Once the line containing "v 7.842 0 -38.198" is found in the records below, return it and each following line exactly, up to and including the line containing "v 8.104 15.88 -5.937", and nothing else.
Records shown Block Start
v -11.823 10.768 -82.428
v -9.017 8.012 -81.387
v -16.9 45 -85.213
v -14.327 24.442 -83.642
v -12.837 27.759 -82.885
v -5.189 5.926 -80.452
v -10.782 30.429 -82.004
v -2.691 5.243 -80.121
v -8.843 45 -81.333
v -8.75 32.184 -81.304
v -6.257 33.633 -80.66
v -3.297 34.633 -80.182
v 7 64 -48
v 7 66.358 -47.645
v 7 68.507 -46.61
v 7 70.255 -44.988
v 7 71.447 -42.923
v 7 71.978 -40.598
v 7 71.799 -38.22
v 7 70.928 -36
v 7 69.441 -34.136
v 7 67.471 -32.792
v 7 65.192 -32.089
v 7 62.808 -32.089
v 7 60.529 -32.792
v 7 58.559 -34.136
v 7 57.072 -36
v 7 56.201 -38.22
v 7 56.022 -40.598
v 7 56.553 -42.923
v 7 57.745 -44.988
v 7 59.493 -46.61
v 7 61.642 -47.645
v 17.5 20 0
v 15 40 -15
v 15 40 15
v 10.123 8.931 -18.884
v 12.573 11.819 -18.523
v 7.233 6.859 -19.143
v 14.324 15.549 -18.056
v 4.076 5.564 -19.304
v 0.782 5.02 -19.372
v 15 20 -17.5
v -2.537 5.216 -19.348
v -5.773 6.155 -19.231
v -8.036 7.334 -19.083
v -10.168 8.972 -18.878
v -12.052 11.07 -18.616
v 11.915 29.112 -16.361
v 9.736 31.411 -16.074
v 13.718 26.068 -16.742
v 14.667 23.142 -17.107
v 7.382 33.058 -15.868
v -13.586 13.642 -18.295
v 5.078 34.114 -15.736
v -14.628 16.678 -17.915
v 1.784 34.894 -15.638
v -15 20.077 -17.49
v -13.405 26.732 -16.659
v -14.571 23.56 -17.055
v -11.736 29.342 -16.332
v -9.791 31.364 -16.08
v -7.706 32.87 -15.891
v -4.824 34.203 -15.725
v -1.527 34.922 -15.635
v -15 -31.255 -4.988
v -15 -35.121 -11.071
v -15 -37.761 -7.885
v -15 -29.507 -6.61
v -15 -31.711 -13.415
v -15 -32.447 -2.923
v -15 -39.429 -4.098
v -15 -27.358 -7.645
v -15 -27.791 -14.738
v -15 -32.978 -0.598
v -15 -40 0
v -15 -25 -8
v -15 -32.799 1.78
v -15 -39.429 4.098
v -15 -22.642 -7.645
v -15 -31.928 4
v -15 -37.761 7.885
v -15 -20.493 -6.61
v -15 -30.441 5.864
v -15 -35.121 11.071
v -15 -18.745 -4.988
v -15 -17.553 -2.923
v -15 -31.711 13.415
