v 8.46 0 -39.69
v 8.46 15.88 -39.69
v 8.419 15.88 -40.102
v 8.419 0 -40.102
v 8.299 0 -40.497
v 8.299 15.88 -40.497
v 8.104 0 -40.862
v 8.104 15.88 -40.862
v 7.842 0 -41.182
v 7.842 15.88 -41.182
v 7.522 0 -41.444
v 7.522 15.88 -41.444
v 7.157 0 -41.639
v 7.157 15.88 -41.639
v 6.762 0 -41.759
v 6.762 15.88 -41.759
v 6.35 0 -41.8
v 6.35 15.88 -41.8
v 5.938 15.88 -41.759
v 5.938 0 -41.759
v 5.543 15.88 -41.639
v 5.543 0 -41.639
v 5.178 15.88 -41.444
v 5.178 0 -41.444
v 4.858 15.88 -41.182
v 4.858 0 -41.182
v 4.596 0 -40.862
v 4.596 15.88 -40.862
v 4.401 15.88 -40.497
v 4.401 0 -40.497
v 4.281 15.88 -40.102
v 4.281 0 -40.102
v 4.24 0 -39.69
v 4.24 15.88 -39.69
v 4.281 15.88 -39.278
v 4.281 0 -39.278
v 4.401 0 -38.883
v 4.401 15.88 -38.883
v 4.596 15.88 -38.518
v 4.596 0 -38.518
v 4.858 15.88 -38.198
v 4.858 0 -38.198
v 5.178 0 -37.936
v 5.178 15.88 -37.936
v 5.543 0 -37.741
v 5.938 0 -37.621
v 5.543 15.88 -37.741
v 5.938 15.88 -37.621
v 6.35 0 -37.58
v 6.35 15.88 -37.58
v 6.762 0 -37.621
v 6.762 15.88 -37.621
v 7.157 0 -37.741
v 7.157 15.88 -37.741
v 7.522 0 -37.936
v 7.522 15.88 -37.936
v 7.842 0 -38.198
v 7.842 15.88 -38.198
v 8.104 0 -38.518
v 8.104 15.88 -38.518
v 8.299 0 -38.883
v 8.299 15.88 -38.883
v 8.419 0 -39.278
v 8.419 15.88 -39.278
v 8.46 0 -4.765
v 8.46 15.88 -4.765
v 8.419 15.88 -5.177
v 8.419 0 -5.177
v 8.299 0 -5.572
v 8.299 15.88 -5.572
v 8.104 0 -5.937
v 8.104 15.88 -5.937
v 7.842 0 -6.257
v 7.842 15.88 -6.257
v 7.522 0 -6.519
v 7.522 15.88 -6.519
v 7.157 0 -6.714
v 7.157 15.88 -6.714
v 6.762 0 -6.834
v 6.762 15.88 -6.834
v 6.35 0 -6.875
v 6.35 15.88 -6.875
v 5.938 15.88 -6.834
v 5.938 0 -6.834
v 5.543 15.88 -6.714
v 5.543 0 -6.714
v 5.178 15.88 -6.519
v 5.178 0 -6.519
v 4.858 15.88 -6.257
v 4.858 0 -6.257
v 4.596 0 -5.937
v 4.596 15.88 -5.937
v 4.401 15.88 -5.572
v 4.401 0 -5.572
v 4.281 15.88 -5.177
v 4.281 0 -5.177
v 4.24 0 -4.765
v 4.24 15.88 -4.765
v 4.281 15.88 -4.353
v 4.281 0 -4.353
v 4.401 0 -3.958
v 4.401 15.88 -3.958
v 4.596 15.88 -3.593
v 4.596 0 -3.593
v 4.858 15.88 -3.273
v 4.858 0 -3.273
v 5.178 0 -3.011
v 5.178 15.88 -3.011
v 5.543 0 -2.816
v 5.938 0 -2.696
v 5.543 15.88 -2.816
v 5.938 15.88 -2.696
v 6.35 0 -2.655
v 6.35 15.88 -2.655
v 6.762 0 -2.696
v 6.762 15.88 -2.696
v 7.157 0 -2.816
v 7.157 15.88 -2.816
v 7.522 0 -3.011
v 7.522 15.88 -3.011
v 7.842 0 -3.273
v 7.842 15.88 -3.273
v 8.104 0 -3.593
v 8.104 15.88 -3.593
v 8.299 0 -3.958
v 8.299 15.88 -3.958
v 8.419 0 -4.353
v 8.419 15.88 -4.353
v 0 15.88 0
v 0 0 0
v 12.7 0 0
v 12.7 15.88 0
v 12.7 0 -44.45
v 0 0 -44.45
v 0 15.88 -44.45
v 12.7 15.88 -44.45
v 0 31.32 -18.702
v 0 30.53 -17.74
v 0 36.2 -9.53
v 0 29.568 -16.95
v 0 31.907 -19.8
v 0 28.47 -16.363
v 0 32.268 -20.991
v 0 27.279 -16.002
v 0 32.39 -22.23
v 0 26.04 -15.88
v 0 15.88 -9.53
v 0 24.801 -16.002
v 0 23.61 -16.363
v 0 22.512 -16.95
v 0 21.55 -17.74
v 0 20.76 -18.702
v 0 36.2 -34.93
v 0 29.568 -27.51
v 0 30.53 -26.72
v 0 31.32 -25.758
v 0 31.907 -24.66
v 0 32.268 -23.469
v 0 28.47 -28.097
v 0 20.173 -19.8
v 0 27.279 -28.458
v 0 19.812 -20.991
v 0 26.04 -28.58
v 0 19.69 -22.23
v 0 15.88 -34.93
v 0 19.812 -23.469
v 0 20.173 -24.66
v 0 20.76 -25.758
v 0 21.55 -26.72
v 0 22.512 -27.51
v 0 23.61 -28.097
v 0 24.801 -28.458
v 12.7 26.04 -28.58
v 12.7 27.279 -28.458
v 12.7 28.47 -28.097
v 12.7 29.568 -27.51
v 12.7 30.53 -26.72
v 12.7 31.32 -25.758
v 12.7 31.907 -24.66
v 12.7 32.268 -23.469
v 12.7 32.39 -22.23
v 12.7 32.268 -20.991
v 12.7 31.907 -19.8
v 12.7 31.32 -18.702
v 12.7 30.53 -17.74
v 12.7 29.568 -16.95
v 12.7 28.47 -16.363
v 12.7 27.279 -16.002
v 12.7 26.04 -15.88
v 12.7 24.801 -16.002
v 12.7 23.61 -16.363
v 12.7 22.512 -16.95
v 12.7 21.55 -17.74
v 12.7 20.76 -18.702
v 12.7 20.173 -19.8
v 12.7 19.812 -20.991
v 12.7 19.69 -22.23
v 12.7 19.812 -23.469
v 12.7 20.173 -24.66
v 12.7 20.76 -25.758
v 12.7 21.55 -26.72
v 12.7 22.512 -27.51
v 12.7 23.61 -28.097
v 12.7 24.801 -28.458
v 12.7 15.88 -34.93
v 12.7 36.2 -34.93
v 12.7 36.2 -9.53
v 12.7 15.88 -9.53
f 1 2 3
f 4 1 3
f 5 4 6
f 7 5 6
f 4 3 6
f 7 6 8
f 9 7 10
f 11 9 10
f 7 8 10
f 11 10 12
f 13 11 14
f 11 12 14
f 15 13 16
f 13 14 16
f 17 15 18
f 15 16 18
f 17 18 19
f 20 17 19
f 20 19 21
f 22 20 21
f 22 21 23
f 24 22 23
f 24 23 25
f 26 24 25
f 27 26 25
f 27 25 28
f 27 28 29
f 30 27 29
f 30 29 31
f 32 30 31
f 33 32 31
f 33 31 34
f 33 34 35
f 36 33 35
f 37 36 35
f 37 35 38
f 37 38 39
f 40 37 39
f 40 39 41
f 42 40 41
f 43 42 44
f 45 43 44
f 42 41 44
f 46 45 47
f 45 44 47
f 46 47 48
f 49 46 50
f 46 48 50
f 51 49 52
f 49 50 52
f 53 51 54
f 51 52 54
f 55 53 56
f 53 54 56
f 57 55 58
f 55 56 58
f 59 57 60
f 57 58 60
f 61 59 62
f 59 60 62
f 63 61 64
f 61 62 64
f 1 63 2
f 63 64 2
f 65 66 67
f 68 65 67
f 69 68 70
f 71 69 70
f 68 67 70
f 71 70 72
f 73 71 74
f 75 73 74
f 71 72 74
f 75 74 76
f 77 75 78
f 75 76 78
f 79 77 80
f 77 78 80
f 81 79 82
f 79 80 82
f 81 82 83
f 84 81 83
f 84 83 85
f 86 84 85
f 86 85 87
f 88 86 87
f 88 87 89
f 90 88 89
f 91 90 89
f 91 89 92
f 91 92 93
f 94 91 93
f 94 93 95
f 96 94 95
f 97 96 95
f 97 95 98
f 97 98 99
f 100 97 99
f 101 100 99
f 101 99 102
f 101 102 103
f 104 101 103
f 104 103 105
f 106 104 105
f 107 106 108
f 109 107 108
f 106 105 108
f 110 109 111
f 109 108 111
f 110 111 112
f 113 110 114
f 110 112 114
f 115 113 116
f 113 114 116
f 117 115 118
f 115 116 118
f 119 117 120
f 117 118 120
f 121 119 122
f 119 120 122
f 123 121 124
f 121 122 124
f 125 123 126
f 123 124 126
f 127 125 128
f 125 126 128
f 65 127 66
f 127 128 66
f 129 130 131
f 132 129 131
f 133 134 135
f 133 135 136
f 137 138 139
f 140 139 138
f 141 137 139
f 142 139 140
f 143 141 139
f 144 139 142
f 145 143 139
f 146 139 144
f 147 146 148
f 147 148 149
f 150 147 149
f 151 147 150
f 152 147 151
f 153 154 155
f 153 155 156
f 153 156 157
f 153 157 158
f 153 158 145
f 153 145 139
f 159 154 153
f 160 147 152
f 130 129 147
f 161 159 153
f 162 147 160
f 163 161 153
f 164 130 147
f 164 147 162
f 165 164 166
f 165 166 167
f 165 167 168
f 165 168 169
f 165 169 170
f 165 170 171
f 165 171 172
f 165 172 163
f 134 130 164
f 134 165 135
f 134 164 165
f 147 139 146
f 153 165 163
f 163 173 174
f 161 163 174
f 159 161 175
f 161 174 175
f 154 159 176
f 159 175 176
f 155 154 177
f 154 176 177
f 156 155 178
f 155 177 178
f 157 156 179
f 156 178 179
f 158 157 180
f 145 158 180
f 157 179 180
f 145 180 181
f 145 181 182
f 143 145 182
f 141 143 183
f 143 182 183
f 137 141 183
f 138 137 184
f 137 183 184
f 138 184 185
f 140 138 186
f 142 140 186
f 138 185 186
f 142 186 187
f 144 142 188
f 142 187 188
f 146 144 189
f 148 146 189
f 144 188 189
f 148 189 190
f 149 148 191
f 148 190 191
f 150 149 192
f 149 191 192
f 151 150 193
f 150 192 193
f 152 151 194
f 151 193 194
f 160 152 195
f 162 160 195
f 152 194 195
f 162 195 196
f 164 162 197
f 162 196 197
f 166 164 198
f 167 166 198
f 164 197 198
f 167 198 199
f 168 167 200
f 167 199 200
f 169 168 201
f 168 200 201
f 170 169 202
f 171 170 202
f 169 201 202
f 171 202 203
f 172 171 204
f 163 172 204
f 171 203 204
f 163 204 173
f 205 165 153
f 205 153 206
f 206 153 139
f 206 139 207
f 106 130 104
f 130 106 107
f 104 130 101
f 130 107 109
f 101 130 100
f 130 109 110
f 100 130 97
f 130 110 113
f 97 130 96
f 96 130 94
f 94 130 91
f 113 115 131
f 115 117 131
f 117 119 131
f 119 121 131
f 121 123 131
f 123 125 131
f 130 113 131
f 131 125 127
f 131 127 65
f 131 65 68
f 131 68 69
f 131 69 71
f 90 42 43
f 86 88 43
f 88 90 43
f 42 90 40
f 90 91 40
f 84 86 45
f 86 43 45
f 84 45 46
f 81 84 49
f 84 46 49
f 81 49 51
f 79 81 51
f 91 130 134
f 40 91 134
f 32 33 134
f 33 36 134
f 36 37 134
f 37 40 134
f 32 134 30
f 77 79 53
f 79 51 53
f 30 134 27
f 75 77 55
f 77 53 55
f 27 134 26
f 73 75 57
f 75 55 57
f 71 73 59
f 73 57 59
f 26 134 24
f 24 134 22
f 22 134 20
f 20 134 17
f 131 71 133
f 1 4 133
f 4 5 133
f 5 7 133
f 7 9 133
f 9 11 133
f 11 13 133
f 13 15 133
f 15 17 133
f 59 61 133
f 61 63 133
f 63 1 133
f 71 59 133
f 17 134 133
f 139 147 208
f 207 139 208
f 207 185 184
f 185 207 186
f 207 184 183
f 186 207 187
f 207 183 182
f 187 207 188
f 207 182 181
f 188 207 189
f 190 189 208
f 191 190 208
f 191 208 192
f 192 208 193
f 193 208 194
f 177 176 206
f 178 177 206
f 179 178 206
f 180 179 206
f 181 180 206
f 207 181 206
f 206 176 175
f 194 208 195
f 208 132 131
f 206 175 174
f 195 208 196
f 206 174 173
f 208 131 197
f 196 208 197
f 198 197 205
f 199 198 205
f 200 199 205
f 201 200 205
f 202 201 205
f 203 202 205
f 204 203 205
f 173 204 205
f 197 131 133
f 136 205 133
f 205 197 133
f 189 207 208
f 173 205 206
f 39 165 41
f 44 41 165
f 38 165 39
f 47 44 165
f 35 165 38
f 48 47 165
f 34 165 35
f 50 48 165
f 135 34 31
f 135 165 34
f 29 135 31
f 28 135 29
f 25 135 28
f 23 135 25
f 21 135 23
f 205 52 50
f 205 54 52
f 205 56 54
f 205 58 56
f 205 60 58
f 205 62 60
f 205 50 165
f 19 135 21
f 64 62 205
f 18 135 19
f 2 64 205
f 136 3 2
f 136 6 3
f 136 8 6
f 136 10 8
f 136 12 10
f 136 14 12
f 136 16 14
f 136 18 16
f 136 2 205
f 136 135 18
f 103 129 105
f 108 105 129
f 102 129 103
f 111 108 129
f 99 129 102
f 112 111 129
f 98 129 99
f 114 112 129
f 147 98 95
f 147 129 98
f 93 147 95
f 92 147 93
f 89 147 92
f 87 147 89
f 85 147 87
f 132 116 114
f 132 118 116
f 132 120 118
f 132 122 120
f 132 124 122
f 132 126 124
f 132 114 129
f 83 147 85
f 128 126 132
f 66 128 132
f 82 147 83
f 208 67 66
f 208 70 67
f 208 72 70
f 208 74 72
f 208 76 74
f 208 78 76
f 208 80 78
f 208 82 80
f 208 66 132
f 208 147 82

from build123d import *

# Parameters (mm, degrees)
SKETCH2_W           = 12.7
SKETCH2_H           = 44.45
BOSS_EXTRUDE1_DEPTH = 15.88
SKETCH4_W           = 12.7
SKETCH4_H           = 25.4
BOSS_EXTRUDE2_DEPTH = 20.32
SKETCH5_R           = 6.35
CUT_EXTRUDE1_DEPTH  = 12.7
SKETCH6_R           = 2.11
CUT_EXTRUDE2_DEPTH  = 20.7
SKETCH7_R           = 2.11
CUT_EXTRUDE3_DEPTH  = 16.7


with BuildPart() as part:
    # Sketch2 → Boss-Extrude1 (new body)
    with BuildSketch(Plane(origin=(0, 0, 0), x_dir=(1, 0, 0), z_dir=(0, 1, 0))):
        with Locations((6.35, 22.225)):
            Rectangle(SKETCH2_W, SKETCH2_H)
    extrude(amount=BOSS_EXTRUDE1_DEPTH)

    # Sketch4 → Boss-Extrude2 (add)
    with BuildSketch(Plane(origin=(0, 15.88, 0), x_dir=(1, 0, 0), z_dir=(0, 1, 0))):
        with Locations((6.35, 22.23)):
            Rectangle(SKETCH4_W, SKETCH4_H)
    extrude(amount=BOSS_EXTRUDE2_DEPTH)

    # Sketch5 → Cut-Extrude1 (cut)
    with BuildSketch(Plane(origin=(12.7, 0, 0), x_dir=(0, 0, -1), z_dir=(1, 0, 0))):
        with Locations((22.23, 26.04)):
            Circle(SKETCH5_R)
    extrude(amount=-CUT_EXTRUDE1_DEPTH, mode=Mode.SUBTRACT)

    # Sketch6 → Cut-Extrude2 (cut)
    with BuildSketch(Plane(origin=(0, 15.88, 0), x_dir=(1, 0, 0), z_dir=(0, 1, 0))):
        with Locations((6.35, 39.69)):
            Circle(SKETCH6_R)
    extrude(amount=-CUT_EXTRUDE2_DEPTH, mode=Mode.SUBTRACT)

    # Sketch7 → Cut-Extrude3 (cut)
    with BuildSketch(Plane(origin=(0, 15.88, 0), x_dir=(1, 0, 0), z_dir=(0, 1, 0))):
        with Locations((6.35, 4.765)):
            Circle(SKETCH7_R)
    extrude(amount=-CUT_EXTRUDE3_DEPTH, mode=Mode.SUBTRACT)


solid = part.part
Records shown Block End
Output for this task »
v 7.842 0 -38.198
v 7.842 15.88 -38.198
v 8.104 0 -38.518
v 8.104 15.88 -38.518
v 8.299 0 -38.883
v 8.299 15.88 -38.883
v 8.419 0 -39.278
v 8.419 15.88 -39.278
v 8.46 0 -4.765
v 8.46 15.88 -4.765
v 8.419 15.88 -5.177
v 8.419 0 -5.177
v 8.299 0 -5.572
v 8.299 15.88 -5.572
v 8.104 0 -5.937
v 8.104 15.88 -5.937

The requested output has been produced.